* _Directions_:
What appears from the first line of the data below through the line containing "Rebuilt in FreeCAD, every", both included, should be copied exactly, and nothing else.
------ Listed records
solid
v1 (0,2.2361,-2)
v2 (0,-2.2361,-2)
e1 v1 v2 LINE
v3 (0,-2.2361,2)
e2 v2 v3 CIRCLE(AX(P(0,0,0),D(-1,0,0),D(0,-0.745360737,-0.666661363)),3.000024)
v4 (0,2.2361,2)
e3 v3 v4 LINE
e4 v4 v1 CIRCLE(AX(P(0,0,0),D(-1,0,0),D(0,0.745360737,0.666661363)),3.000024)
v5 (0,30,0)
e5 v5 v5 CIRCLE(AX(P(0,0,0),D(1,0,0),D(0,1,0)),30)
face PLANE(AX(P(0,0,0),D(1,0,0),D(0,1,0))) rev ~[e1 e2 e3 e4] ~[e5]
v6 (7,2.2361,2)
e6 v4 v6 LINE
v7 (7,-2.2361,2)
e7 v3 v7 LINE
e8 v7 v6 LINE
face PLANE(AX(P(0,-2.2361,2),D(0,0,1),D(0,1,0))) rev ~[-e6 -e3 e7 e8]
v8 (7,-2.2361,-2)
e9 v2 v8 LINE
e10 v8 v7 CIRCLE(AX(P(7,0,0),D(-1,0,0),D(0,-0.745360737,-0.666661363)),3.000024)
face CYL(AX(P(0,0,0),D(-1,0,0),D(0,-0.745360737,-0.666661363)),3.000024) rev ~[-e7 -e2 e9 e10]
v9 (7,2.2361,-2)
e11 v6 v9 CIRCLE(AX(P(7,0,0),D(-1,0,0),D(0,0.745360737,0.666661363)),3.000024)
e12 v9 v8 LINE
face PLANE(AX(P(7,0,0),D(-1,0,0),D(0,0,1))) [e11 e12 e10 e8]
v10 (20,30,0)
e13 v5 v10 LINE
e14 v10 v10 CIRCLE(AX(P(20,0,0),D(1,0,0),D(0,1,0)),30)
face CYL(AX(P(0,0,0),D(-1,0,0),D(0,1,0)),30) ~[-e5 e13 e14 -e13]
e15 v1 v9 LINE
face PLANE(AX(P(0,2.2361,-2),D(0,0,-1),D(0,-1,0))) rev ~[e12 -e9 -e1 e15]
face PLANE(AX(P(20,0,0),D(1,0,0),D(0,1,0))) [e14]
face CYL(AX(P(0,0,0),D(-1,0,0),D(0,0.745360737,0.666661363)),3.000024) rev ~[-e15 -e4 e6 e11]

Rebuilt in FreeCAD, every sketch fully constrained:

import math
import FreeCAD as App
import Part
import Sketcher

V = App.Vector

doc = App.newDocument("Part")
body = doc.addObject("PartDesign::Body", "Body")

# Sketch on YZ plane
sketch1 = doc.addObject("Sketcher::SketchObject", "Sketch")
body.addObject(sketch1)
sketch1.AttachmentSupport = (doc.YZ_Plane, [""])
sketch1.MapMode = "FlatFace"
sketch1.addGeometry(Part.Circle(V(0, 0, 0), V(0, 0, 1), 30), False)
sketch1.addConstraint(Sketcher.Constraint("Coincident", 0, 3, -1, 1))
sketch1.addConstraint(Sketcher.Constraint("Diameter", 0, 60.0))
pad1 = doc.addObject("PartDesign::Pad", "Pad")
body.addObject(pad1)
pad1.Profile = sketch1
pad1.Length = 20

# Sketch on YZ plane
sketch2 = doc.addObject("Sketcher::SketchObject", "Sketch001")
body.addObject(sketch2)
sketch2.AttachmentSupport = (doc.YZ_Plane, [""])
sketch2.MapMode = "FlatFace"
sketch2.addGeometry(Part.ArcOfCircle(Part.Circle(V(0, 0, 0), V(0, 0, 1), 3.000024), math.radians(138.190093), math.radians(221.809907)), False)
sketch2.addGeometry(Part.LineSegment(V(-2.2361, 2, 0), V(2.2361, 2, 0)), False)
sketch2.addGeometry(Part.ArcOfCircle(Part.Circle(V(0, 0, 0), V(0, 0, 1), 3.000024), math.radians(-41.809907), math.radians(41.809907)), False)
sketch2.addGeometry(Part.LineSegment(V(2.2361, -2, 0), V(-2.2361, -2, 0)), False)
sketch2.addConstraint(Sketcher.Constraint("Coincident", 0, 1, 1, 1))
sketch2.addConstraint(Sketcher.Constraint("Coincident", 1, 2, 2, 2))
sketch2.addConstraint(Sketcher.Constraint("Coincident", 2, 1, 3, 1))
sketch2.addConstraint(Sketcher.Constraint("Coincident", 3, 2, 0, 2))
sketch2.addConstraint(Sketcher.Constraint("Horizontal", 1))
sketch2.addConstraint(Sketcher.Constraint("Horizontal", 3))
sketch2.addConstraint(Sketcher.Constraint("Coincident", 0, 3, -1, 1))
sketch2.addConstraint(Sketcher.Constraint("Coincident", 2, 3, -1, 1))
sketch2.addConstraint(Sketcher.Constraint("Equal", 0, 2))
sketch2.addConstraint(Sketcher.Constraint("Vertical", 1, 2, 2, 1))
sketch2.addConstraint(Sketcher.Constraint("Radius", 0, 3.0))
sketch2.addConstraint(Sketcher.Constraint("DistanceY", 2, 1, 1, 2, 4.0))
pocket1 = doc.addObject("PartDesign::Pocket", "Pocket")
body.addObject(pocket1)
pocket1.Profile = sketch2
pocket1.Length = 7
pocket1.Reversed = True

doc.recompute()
------------
* _Answer to the exercise_:
solid
v1 (0,2.2361,-2)
v2 (0,-2.2361,-2)
e1 v1 v2 LINE
v3 (0,-2.2361,2)
e2 v2 v3 CIRCLE(AX(P(0,0,0),D(-1,0,0),D(0,-0.745360737,-0.666661363)),3.000024)
v4 (0,2.2361,2)
e3 v3 v4 LINE
e4 v4 v1 CIRCLE(AX(P(0,0,0),D(-1,0,0),D(0,0.745360737,0.666661363)),3.000024)
v5 (0,30,0)
e5 v5 v5 CIRCLE(AX(P(0,0,0),D(1,0,0),D(0,1,0)),30)
face PLANE(AX(P(0,0,0),D(1,0,0),D(0,1,0))) rev ~[e1 e2 e3 e4] ~[e5]
v6 (7,2.2361,2)
e6 v4 v6 LINE
v7 (7,-2.2361,2)
e7 v3 v7 LINE
e8 v7 v6 LINE
face PLANE(AX(P(0,-2.2361,2),D(0,0,1),D(0,1,0))) rev ~[-e6 -e3 e7 e8]
v8 (7,-2.2361,-2)
e9 v2 v8 LINE
e10 v8 v7 CIRCLE(AX(P(7,0,0),D(-1,0,0),D(0,-0.745360737,-0.666661363)),3.000024)
face CYL(AX(P(0,0,0),D(-1,0,0),D(0,-0.745360737,-0.666661363)),3.000024) rev ~[-e7 -e2 e9 e10]
v9 (7,2.2361,-2)
e11 v6 v9 CIRCLE(AX(P(7,0,0),D(-1,0,0),D(0,0.745360737,0.666661363)),3.000024)
e12 v9 v8 LINE
face PLANE(AX(P(7,0,0),D(-1,0,0),D(0,0,1))) [e11 e12 e10 e8]
v10 (20,30,0)
e13 v5 v10 LINE
e14 v10 v10 CIRCLE(AX(P(20,0,0),D(1,0,0),D(0,1,0)),30)
face CYL(AX(P(0,0,0),D(-1,0,0),D(0,1,0)),30) ~[-e5 e13 e14 -e13]
e15 v1 v9 LINE
face PLANE(AX(P(0,2.2361,-2),D(0,0,-1),D(0,-1,0))) rev ~[e12 -e9 -e1 e15]
face PLANE(AX(P(20,0,0),D(1,0,0),D(0,1,0))) [e14]
face CYL(AX(P(0,0,0),D(-1,0,0),D(0,0.745360737,0.666661363)),3.000024) rev ~[-e15 -e4 e6 e11]

Rebuilt in FreeCAD, every sketch fully constrained:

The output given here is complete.